SUPPLIED INFORMATION:
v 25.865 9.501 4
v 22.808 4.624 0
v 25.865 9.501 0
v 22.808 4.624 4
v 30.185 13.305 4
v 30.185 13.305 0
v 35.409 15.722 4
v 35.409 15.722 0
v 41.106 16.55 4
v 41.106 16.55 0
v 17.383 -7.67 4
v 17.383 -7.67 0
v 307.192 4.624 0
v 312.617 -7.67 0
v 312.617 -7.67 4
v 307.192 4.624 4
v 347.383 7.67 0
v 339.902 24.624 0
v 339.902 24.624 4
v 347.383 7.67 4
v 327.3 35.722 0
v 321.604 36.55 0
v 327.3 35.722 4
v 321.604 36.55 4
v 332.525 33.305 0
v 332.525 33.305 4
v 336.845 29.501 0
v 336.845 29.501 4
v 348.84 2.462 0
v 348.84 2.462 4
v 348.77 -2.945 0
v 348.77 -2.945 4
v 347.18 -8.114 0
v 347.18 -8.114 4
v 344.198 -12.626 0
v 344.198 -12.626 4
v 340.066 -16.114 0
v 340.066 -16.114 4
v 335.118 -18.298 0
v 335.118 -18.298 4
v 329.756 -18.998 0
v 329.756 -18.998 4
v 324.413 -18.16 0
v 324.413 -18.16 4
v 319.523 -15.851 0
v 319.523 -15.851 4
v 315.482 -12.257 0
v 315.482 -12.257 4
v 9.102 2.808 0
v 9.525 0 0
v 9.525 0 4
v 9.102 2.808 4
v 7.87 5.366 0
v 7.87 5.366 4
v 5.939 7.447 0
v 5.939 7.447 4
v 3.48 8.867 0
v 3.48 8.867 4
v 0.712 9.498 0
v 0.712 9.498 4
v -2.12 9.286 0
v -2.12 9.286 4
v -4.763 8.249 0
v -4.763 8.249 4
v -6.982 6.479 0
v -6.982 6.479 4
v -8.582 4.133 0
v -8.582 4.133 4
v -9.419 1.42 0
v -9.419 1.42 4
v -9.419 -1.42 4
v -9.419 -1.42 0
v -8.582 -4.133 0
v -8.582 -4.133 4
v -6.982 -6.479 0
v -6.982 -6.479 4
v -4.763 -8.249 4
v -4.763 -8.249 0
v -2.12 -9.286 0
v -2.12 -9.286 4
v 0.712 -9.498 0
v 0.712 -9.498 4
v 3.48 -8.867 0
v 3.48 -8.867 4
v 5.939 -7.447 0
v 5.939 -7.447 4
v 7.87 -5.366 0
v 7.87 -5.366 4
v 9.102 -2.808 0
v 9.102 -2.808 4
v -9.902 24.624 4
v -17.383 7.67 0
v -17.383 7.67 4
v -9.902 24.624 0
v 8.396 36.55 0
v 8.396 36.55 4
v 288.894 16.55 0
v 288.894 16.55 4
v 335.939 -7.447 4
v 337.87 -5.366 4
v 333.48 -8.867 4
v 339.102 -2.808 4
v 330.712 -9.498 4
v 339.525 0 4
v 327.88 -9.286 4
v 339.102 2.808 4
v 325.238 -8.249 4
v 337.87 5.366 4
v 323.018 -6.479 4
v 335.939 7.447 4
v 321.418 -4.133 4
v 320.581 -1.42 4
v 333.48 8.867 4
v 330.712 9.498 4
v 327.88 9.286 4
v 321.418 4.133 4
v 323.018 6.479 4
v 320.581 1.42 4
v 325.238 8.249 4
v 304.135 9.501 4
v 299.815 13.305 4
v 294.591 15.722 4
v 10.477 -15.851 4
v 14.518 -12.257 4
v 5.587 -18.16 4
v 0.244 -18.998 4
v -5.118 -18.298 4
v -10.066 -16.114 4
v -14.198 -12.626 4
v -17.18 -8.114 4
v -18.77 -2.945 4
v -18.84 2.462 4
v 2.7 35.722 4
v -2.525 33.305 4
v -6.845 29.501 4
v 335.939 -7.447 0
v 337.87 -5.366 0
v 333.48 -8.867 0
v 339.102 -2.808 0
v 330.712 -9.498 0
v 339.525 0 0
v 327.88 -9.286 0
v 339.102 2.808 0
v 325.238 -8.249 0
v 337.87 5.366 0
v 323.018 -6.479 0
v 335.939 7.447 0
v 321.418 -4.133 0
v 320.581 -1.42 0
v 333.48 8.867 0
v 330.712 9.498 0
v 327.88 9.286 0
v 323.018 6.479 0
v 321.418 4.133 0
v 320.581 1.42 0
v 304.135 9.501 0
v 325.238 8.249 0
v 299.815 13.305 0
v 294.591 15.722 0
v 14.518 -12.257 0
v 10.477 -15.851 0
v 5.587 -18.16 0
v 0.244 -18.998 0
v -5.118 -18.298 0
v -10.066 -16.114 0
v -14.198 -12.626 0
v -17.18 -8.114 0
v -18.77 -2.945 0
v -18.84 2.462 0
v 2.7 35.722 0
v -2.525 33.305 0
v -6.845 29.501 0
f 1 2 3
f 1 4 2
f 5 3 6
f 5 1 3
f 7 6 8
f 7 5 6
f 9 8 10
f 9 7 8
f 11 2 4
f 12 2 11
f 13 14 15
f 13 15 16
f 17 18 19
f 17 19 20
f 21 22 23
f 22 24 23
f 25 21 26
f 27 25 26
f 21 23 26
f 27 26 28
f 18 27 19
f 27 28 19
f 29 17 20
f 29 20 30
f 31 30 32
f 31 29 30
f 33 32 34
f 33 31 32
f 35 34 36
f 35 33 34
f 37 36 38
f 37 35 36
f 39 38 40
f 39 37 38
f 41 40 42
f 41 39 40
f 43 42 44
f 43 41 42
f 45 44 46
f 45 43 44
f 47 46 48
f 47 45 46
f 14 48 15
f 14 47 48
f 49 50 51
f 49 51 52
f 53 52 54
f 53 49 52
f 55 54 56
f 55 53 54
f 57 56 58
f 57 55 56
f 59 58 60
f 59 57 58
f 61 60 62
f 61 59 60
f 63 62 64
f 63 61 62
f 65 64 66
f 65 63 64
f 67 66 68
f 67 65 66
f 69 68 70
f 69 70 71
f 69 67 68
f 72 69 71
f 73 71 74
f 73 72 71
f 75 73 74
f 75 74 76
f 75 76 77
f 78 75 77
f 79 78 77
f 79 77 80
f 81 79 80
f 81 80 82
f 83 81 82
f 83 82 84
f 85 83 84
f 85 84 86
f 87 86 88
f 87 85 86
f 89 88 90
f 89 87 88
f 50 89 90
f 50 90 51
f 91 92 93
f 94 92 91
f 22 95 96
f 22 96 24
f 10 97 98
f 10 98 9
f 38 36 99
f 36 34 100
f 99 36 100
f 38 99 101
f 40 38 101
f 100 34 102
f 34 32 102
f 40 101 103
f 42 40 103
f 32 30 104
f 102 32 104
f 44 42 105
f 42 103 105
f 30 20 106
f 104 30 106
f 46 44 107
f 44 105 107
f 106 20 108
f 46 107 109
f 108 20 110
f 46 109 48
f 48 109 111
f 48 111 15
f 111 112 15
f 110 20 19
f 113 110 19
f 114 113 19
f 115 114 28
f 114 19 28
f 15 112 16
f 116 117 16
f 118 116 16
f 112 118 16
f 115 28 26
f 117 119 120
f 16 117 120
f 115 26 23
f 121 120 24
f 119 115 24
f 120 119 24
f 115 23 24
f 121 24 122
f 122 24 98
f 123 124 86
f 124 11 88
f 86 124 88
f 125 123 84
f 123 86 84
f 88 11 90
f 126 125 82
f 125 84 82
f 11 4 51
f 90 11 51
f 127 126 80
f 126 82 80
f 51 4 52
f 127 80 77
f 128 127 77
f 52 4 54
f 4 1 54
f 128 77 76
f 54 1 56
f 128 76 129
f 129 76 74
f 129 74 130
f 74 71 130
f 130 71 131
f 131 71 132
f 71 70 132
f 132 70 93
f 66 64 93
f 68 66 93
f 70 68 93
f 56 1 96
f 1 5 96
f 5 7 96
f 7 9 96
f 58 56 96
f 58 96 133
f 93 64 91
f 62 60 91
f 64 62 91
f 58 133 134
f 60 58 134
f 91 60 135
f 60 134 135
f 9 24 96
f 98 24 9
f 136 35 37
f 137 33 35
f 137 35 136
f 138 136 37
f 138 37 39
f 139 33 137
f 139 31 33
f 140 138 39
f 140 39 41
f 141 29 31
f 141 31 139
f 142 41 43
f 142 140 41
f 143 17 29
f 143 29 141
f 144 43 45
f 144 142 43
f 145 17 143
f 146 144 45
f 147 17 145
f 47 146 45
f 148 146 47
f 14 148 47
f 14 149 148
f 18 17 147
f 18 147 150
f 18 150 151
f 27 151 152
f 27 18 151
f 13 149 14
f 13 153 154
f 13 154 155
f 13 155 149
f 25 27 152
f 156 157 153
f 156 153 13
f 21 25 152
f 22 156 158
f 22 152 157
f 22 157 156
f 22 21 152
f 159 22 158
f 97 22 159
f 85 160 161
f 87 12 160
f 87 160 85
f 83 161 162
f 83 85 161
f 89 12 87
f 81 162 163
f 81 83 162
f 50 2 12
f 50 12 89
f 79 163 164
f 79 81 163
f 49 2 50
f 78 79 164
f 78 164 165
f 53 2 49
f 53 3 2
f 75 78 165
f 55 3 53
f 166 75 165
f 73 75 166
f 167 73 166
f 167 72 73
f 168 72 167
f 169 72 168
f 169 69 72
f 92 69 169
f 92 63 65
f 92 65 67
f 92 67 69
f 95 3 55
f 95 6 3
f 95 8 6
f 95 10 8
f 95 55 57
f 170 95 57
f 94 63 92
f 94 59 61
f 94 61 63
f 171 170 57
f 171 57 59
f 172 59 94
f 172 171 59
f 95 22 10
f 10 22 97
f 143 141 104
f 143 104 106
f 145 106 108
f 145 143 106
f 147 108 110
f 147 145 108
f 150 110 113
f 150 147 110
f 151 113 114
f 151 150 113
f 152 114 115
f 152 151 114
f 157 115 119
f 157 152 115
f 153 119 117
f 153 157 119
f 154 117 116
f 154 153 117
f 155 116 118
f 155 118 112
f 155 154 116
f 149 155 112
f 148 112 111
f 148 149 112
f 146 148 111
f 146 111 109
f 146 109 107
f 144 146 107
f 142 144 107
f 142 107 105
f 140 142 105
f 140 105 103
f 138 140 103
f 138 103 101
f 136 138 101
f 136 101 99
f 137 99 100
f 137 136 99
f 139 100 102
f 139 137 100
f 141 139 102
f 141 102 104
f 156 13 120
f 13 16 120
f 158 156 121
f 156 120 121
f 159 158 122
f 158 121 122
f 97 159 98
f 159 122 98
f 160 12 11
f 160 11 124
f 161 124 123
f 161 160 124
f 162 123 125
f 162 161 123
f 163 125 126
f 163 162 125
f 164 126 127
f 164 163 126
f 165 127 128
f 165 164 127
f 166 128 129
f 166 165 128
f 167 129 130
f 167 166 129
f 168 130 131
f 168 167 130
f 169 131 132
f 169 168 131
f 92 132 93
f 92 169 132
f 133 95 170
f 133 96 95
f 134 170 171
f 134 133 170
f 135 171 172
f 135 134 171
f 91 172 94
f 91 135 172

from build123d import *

# Parameters (mm, degrees)
SKETCH_1_R      = 9.525
EXTRUDE_1_DEPTH = 4
FILLET_1_R      = 20


with BuildPart() as part:
    # 草图1 → 凸台-拉伸1 (new body)
    with BuildSketch(Plane.XY):
        with BuildLine():
            Line((-4.63962822, 36.550100793), (334.63962822, 36.550100793))
            Line((334.63962822, 36.550100793), (347.382944688, 7.670282522))
            ThreePointArc((347.382944688, 7.670282522), (337.670282522, -17.382944688), (312.617055312, -7.670282522))
            Line((312.617055312, -7.670282522), (301.929730112, 16.550100793))
            Line((301.929730112, 16.550100793), (28.070269888, 16.550100793))
            Line((28.070269888, 16.550100793), (17.382944688, -7.670282522))
            ThreePointArc((17.382944688, -7.670282522), (-7.670282522, -17.382944688), (-17.382944688, 7.670282522))
            Line((-17.382944688, 7.670282522), (-4.63962822, 36.550100793))
        make_face()
        Circle(SKETCH_1_R, mode=Mode.SUBTRACT)
        with Locations((330, 0)):
            Circle(SKETCH_1_R, mode=Mode.SUBTRACT)
    extrude(amount=EXTRUDE_1_DEPTH)

    # 圆角1
    fillet_1_edges = [part.edges().sort_by_distance(p)[0] for p in [
        (-4.63962822, 36.550100793, 2),
        (334.63962822, 36.550100793, 2),
        (301.929730112, 16.550100793, 2),
        (28.070269888, 16.550100793, 2),
    ]]
    fillet(fillet_1_edges, radius=FILLET_1_R)


solid = part.part
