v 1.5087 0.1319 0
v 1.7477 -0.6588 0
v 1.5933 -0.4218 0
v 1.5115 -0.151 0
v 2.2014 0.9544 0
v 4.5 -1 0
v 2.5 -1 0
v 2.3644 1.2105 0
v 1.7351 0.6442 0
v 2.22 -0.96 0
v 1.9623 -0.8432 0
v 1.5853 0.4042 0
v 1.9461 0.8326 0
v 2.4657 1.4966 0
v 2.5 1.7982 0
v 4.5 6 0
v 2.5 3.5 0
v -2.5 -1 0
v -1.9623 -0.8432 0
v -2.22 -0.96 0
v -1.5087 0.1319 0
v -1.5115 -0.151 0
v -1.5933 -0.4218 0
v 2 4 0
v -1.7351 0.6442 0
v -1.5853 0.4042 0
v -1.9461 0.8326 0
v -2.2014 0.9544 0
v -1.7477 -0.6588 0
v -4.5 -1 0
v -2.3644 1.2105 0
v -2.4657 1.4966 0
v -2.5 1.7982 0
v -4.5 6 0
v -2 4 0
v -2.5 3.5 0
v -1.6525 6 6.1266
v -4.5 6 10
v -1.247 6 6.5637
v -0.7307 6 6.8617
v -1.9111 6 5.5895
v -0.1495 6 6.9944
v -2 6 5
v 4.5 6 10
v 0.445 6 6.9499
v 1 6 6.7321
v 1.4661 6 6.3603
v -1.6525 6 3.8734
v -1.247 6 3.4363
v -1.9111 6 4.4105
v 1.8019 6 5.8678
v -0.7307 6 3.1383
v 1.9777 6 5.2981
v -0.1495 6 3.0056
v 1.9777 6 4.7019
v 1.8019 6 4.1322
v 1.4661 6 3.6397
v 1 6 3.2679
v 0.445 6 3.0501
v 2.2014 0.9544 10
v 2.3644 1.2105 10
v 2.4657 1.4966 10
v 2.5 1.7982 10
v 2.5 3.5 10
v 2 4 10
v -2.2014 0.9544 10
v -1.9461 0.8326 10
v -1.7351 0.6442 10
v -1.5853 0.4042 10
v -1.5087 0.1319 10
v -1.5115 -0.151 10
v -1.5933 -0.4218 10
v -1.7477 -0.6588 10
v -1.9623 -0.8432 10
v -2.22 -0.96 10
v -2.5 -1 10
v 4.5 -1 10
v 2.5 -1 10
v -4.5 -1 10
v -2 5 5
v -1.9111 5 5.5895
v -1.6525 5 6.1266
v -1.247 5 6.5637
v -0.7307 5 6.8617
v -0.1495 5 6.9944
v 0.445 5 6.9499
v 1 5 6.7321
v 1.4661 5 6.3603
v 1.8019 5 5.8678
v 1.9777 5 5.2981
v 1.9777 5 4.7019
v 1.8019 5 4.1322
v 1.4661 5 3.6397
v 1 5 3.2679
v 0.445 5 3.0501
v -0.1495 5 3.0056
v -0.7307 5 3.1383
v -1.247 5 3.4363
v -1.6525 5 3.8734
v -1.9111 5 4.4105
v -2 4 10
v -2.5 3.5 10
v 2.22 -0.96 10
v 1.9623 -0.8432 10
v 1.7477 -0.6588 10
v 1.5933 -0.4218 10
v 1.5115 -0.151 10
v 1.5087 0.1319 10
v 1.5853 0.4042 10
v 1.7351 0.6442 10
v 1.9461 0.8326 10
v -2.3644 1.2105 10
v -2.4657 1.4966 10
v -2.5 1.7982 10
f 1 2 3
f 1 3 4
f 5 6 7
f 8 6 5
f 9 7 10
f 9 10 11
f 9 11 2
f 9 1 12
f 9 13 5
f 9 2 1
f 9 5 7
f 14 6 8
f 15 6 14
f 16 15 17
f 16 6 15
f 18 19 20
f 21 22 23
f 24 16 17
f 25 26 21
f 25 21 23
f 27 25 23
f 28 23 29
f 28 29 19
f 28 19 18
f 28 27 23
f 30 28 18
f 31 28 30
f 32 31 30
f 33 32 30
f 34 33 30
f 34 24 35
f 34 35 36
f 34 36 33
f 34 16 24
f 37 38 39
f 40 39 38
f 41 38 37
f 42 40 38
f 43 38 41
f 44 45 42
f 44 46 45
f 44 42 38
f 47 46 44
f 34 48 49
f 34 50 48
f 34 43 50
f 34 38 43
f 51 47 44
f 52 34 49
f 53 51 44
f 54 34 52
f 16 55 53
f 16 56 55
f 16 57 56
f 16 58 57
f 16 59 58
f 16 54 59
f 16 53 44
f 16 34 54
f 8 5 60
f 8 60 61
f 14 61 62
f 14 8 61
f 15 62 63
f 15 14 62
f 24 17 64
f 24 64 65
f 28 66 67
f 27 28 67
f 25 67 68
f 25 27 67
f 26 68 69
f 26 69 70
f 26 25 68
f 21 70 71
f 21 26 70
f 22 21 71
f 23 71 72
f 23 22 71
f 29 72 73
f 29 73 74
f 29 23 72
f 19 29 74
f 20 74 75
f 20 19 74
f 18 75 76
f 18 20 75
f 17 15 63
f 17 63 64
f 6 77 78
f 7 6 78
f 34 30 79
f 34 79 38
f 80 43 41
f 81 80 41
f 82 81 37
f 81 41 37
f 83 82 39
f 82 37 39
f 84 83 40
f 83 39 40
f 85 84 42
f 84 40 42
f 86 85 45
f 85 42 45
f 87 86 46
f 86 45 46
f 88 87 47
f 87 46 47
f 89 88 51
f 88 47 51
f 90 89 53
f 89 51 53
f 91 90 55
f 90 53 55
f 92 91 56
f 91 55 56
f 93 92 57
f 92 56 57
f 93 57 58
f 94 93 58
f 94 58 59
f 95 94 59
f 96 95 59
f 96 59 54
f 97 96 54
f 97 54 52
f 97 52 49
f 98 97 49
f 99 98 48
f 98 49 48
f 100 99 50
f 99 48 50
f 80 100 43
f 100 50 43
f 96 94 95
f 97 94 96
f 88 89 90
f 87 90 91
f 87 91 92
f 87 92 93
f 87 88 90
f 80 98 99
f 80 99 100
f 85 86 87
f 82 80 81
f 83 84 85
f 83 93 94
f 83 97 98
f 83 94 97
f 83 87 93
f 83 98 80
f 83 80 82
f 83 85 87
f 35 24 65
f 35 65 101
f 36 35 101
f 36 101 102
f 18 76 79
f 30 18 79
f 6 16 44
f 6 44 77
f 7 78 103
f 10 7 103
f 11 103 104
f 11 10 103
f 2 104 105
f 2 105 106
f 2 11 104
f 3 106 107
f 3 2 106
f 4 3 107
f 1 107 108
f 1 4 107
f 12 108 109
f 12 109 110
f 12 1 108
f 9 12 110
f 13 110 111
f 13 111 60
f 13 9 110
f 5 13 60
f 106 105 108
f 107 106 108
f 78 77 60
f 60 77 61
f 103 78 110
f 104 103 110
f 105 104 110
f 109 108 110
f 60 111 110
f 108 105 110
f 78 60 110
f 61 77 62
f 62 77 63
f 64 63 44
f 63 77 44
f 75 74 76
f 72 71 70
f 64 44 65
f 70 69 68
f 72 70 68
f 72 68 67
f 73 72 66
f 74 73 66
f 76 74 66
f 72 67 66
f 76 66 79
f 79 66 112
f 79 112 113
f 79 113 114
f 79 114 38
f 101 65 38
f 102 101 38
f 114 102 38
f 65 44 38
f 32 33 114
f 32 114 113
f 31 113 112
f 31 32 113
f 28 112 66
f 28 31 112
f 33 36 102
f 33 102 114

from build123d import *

# Parameters (mm, degrees)
BOSS_EXTRUDE1_DEPTH = 10
SKETCH2_R           = 2
CUT_EXTRUDE1_DEPTH  = 1


with BuildPart() as part:
    # Sketch1 → Boss-Extrude1 (new body)
    with BuildSketch(Plane.XY):
        with BuildLine():
            Line((2.5, 1.798202453), (2.5, 3.5))
            Line((2.5, 3.5), (2, 4))
            Line((2, 4), (-2, 4))
            Line((-2, 4), (-2.5, 3.5))
            Line((-2.5, 3.5), (-2.5, 1.798202453))
            ThreePointArc((-2.5, 1.798202453), (-2.423157727, 1.350663613), (-2.2014329, 0.954388646))
            ThreePointArc((-2.2014329, 0.954388646), (-1.511468603, -0.151015487), (-2.5, -1))
            Line((-2.5, -1), (-4.5, -1))
            Line((-4.5, -1), (-4.5, 6))
            Line((-4.5, 6), (4.5, 6))
            Line((4.5, 6), (4.5, -1))
            Line((4.5, -1), (2.5, -1))
            ThreePointArc((2.5, -1), (1.511468603, -0.151015487), (2.2014329, 0.954388646))
            ThreePointArc((2.2014329, 0.954388646), (2.423157727, 1.350663613), (2.5, 1.798202453))
        make_face()
    extrude(amount=BOSS_EXTRUDE1_DEPTH)

    # Sketch2 → Cut-Extrude1 (cut)
    with BuildSketch(Plane(origin=(0, 6, 0), x_dir=(1, 0, 0), z_dir=(0, 1, 0))):
        with Locations(Location((0, -5, 0), (0, 0, 180))):
            Circle(SKETCH2_R)
    extrude(amount=-CUT_EXTRUDE1_DEPTH, mode=Mode.SUBTRACT)


solid = part.part
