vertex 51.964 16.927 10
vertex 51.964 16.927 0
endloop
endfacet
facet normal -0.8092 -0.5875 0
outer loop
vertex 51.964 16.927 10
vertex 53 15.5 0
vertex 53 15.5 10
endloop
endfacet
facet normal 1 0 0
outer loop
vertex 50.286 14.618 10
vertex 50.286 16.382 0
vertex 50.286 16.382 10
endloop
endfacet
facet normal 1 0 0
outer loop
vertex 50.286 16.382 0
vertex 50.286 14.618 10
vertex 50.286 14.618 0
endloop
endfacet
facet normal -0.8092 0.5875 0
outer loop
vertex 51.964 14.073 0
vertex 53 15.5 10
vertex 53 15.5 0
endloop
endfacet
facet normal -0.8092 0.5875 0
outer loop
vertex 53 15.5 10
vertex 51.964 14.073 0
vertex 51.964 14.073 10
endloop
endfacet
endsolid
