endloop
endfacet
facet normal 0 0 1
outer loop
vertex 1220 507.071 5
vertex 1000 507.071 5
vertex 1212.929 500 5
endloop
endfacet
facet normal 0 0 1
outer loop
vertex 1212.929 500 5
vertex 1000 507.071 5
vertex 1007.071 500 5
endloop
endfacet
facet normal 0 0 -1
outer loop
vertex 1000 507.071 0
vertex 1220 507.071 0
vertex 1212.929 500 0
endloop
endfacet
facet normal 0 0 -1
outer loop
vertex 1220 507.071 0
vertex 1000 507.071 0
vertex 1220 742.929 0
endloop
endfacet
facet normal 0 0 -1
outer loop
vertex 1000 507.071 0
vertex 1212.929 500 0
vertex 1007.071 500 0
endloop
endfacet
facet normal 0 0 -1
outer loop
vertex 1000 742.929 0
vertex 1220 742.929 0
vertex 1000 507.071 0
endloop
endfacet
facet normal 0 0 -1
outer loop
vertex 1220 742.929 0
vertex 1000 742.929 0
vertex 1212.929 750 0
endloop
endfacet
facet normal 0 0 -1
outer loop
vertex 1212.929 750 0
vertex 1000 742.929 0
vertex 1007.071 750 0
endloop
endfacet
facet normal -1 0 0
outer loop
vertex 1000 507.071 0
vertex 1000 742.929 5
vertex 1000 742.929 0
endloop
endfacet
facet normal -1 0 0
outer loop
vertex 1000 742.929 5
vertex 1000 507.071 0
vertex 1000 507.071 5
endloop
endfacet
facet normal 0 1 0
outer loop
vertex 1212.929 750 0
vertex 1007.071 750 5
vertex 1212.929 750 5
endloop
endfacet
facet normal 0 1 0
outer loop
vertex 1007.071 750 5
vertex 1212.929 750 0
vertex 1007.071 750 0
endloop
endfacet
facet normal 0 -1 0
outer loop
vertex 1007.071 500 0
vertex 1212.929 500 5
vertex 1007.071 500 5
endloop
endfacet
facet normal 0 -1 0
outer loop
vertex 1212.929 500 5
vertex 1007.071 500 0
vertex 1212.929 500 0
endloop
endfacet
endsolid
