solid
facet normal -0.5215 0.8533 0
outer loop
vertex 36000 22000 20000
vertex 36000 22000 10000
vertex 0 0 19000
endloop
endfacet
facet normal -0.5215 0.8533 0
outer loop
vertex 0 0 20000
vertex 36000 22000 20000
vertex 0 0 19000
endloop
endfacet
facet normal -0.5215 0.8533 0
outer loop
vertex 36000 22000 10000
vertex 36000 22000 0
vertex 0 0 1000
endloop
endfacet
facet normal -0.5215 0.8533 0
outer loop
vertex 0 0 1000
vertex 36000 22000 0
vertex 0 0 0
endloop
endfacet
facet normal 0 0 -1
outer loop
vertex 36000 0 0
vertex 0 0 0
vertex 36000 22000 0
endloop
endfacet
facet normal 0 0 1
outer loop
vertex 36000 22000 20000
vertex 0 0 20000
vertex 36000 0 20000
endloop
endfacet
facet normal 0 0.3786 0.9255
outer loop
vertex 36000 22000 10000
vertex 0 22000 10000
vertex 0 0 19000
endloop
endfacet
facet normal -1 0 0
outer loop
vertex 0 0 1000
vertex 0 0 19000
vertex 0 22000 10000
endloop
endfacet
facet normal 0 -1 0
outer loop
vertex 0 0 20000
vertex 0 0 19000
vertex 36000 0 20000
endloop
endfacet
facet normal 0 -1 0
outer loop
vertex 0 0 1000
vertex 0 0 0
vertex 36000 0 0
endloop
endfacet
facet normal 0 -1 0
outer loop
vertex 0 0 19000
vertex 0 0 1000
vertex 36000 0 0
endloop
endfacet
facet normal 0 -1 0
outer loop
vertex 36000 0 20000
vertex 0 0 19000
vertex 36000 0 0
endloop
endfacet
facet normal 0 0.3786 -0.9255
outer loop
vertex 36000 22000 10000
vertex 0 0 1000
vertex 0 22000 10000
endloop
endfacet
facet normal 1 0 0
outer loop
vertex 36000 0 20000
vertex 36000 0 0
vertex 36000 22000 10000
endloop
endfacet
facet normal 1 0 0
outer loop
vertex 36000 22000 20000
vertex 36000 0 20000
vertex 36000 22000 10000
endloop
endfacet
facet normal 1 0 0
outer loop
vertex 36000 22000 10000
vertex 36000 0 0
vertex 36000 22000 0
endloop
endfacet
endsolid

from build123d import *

# Parameters (mm, degrees)
BOSS_EXTRUDE1_DEPTH = 20000
BOSS_EXTRUDE3_DEPTH = 36000


with BuildPart() as part:
    # Sketch1 → Boss-Extrude1 (new body)
    with BuildSketch(Plane.XY):
        Polygon((0, 0), (36000, 0), (36000, 22000), align=None)
    extrude(amount=BOSS_EXTRUDE1_DEPTH)

    # Sketch3 → Boss-Extrude3 (add)
    with BuildSketch(Plane(origin=(36000, 0, 0), x_dir=(0, 0, -1), z_dir=(1, 0, 0))):
        Polygon((-10000, 22000), (-19000, 0), (-1000, 0), align=None)
    extrude(amount=-BOSS_EXTRUDE3_DEPTH)


solid = part.part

PROBLEM DETAILS: Reproduce the records above exactly, from the first line through the line containing "v -8.582 -4.133 0", and output nothing else.

FINISHED EXERCISE:
v 25.865 9.501 4
v 22.808 4.624 0
v 25.865 9.501 0
v 22.808 4.624 4
v 30.185 13.305 4
v 30.185 13.305 0
v 35.409 15.722 4
v 35.409 15.722 0
v 41.106 16.55 4
v 41.106 16.55 0
v 17.383 -7.67 4
v 17.383 -7.67 0
v 307.192 4.624 0
v 312.617 -7.67 0
v 312.617 -7.67 4
v 307.192 4.624 4
v 347.383 7.67 0
v 339.902 24.624 0
v 339.902 24.624 4
v 347.383 7.67 4
v 327.3 35.722 0
v 321.604 36.55 0
v 327.3 35.722 4
v 321.604 36.55 4
v 332.525 33.305 0
v 332.525 33.305 4
v 336.845 29.501 0
v 336.845 29.501 4
v 348.84 2.462 0
v 348.84 2.462 4
v 348.77 -2.945 0
v 348.77 -2.945 4
v 347.18 -8.114 0
v 347.18 -8.114 4
v 344.198 -12.626 0
v 344.198 -12.626 4
v 340.066 -16.114 0
v 340.066 -16.114 4
v 335.118 -18.298 0
v 335.118 -18.298 4
v 329.756 -18.998 0
v 329.756 -18.998 4
v 324.413 -18.16 0
v 324.413 -18.16 4
v 319.523 -15.851 0
v 319.523 -15.851 4
v 315.482 -12.257 0
v 315.482 -12.257 4
v 9.102 2.808 0
v 9.525 0 0
v 9.525 0 4
v 9.102 2.808 4
v 7.87 5.366 0
v 7.87 5.366 4
v 5.939 7.447 0
v 5.939 7.447 4
v 3.48 8.867 0
v 3.48 8.867 4
v 0.712 9.498 0
v 0.712 9.498 4
v -2.12 9.286 0
v -2.12 9.286 4
v -4.763 8.249 0
v -4.763 8.249 4
v -6.982 6.479 0
v -6.982 6.479 4
v -8.582 4.133 0
v -8.582 4.133 4
v -9.419 1.42 0
v -9.419 1.42 4
v -9.419 -1.42 4
v -9.419 -1.42 0
v -8.582 -4.133 0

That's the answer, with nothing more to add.